**What you should do**
What is needed is an exact copy of the entries below, from the line that contains "#176=ORIENTED_EDGE('',*,*,#86,.T.);" through the final line, both included, and nothing else.

(Beginning of Records provided)

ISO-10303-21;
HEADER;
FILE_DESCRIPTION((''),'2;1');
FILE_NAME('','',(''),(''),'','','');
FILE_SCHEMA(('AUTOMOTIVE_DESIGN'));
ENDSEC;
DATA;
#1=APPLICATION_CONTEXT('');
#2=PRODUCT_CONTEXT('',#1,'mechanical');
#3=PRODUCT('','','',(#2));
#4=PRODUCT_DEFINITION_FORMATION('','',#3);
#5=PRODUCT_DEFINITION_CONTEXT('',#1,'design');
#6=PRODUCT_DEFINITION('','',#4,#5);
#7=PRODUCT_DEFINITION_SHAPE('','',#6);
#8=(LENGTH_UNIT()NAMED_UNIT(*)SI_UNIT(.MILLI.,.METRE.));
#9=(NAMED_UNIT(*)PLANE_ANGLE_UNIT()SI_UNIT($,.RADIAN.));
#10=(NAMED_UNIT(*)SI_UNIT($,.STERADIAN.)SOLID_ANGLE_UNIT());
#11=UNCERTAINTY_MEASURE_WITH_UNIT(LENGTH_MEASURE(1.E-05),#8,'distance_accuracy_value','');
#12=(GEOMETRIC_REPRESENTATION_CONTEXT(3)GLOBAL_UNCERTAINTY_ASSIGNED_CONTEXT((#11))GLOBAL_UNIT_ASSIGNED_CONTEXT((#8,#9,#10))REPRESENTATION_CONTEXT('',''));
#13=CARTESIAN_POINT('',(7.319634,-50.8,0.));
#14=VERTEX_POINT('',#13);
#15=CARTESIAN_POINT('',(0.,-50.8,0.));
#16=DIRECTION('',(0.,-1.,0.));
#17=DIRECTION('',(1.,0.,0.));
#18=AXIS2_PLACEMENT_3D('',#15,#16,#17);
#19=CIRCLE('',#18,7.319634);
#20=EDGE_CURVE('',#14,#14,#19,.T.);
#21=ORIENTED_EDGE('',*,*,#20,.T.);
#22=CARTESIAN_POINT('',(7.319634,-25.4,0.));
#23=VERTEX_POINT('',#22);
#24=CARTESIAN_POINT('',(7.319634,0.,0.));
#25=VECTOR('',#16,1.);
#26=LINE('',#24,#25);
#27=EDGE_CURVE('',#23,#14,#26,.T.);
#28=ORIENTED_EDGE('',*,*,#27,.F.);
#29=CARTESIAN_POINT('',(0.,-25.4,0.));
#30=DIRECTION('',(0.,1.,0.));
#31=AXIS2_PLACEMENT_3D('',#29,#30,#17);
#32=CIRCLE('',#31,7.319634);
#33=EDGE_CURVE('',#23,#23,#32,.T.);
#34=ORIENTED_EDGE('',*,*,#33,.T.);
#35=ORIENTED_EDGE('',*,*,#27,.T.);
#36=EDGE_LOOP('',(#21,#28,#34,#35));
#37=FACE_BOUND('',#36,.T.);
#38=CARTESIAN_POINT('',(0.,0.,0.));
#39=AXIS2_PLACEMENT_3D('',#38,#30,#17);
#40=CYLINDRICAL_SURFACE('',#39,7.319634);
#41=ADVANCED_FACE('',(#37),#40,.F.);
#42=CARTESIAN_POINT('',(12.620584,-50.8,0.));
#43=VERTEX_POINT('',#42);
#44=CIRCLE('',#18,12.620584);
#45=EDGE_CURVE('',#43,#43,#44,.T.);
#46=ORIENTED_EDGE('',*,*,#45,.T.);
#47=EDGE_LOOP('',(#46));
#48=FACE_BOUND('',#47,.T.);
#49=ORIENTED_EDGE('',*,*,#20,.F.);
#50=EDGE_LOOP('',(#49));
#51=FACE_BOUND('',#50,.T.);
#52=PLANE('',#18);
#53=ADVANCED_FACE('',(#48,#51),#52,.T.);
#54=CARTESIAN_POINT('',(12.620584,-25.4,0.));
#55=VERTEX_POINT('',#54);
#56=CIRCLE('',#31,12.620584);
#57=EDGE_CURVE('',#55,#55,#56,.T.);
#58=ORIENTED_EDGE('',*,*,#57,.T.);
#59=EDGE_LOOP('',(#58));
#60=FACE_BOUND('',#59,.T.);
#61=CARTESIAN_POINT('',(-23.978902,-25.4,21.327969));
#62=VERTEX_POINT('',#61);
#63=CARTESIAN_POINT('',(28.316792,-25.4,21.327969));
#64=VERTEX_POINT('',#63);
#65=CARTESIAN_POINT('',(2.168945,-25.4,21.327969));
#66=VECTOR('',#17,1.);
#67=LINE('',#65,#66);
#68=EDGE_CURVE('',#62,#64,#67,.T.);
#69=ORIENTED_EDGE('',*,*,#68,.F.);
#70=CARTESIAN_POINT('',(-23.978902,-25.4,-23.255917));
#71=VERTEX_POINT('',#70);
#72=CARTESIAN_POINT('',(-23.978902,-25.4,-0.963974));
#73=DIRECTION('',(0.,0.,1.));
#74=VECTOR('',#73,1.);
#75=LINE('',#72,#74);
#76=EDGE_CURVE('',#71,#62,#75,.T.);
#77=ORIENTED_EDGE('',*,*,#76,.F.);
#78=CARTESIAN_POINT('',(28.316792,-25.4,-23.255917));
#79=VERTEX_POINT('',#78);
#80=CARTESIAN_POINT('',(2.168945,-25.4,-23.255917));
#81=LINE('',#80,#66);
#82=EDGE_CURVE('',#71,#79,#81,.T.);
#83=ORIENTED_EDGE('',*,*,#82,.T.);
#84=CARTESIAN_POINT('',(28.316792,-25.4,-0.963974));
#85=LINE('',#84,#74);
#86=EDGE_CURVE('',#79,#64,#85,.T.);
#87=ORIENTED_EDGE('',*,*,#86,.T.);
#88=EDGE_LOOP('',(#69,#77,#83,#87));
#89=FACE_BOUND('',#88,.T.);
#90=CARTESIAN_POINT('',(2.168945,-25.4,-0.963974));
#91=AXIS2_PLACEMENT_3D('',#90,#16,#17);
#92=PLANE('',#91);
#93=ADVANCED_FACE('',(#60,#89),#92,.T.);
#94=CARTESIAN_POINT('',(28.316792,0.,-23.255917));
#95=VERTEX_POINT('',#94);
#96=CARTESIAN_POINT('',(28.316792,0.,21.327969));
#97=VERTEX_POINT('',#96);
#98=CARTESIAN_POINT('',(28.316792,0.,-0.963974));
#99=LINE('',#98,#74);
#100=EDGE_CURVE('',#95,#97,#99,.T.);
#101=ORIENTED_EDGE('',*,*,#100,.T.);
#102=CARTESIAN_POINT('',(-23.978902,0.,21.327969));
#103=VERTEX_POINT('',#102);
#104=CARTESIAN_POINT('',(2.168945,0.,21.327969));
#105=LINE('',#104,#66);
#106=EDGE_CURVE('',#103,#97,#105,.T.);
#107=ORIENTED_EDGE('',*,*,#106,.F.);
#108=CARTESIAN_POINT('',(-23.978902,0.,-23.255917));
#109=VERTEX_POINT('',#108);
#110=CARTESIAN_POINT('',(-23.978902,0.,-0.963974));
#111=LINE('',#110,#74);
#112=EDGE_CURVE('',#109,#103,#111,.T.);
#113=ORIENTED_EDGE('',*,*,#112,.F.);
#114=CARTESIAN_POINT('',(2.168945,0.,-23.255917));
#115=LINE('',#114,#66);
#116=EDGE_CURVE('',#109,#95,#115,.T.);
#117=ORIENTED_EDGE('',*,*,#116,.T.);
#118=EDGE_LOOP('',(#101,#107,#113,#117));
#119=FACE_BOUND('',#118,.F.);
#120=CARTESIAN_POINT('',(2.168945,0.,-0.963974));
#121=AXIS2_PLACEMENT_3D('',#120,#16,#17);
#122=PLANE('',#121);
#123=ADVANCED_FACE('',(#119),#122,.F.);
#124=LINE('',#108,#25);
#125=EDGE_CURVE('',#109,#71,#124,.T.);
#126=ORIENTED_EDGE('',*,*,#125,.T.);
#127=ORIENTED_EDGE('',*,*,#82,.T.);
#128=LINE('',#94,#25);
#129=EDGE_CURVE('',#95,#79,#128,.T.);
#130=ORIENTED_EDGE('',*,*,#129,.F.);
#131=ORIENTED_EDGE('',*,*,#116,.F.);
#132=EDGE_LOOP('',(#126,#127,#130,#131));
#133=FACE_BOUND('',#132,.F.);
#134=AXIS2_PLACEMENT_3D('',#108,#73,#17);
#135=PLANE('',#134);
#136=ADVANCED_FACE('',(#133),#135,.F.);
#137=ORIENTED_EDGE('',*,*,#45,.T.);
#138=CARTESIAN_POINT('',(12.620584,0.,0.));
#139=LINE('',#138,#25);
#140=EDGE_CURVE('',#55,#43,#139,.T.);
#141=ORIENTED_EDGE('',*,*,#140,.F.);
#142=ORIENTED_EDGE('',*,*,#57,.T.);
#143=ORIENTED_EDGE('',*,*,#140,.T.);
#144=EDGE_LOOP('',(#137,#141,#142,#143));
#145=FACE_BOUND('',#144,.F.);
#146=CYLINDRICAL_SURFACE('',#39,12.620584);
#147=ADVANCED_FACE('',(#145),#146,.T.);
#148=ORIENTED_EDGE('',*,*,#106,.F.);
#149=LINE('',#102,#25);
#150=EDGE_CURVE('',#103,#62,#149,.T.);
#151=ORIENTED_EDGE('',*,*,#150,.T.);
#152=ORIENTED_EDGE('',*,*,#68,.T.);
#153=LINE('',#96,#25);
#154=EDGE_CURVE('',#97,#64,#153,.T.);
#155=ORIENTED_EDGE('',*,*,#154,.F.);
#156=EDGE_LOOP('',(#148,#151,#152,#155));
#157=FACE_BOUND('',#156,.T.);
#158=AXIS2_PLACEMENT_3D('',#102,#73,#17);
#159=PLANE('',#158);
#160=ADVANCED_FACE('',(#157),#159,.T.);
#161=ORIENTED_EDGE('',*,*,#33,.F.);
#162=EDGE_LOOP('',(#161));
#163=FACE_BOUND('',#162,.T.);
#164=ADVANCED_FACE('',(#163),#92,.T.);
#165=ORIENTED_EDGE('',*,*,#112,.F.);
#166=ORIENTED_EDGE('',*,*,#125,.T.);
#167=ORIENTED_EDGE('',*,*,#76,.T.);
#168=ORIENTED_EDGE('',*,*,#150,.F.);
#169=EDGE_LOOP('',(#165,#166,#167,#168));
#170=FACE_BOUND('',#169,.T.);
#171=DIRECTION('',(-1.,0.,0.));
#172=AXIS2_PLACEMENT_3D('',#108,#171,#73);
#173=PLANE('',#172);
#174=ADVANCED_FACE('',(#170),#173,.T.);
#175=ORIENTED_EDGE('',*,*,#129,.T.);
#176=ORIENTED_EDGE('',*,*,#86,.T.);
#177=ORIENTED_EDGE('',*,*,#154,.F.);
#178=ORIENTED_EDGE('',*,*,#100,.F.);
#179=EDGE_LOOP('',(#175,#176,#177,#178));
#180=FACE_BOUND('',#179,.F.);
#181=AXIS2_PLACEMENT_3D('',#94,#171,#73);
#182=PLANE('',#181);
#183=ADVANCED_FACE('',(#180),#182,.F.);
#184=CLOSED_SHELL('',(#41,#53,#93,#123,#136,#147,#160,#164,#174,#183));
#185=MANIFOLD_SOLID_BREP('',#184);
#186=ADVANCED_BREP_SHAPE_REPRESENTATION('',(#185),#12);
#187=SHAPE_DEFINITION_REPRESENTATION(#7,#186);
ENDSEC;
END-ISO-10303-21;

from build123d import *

# Parameters (mm, degrees)
F0_R     = 12.620584
F0_R_2   = 7.319634
F1_DEPTH = 50.8
F2_W     = 52.295694
F2_H     = 44.583887
F3_DEPTH = 25.4


with BuildPart() as f1:
    # F0 (on Front) → F1 (new body)
    with BuildSketch(Plane.XZ):
        Circle(F0_R)
        Circle(F0_R_2, mode=Mode.SUBTRACT)
    extrude(amount=F1_DEPTH)

    # F2 (on Front) → F3 (join)
    with BuildSketch(Plane.XZ):
        with Locations((2.168945, -0.963974)):
            Rectangle(F2_W, F2_H)
    extrude(amount=F3_DEPTH)


solid = f1.part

(End of Records provided)

**Task answer**
#176=ORIENTED_EDGE('',*,*,#86,.T.);
#177=ORIENTED_EDGE('',*,*,#154,.F.);
#178=ORIENTED_EDGE('',*,*,#100,.F.);
#179=EDGE_LOOP('',(#175,#176,#177,#178));
#180=FACE_BOUND('',#179,.F.);
#181=AXIS2_PLACEMENT_3D('',#94,#171,#73);
#182=PLANE('',#181);
#183=ADVANCED_FACE('',(#180),#182,.F.);
#184=CLOSED_SHELL('',(#41,#53,#93,#123,#136,#147,#160,#164,#174,#183));
#185=MANIFOLD_SOLID_BREP('',#184);
#186=ADVANCED_BREP_SHAPE_REPRESENTATION('',(#185),#12);
#187=SHAPE_DEFINITION_REPRESENTATION(#7,#186);
ENDSEC;
END-ISO-10303-21;

from build123d import *

# Parameters (mm, degrees)
F0_R     = 12.620584
F0_R_2   = 7.319634
F1_DEPTH = 50.8
F2_W     = 52.295694
F2_H     = 44.583887
F3_DEPTH = 25.4


with BuildPart() as f1:
    # F0 (on Front) → F1 (new body)
    with BuildSketch(Plane.XZ):
        Circle(F0_R)
        Circle(F0_R_2, mode=Mode.SUBTRACT)
    extrude(amount=F1_DEPTH)

    # F2 (on Front) → F3 (join)
    with BuildSketch(Plane.XZ):
        with Locations((2.168945, -0.963974)):
            Rectangle(F2_W, F2_H)
    extrude(amount=F3_DEPTH)


solid = f1.part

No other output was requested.